Variable in list with Oracle JDBC and RDBMS

I always wanted to create a variable in list query using a single parameter and found that it wasn't possible with JDBC.

SELECT * FROM DEPT WHERE like DEPTNO IN (?);

Then I stumbled upon this on steve's blog, which he shows how he did it in ADF BC using a SQL function.
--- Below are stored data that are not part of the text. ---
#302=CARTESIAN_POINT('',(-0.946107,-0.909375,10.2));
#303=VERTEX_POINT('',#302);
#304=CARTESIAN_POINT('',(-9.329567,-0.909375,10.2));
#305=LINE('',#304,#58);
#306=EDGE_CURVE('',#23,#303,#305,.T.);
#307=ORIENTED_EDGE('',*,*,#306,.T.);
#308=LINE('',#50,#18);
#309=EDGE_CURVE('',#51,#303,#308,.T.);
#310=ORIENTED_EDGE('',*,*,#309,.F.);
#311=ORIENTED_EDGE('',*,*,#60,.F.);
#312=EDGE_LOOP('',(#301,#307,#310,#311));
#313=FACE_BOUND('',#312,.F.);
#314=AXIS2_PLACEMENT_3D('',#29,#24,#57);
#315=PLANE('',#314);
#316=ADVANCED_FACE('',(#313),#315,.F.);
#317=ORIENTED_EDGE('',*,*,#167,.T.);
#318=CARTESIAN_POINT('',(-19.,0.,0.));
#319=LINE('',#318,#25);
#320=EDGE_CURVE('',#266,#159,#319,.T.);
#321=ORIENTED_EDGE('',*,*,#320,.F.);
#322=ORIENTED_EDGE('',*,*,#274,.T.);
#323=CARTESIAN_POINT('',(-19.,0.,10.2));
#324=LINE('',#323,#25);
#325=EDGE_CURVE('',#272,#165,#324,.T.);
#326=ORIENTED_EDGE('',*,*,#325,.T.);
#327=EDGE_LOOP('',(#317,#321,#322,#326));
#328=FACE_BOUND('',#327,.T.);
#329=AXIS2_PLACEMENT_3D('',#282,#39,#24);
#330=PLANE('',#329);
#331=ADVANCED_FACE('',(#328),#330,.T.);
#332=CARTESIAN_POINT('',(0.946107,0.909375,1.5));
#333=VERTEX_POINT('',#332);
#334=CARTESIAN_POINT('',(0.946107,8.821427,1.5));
http://radio.weblogs.com/0118231/stories/2004/09/23/notYetDocumentedAdfSampleApplications.html
126. Using Comma-Separated String Bind for Variable IN List [10.1.3.3] 10-JAN-2008

So his my simple JDBC program method showing how it works, using the DEPT table here.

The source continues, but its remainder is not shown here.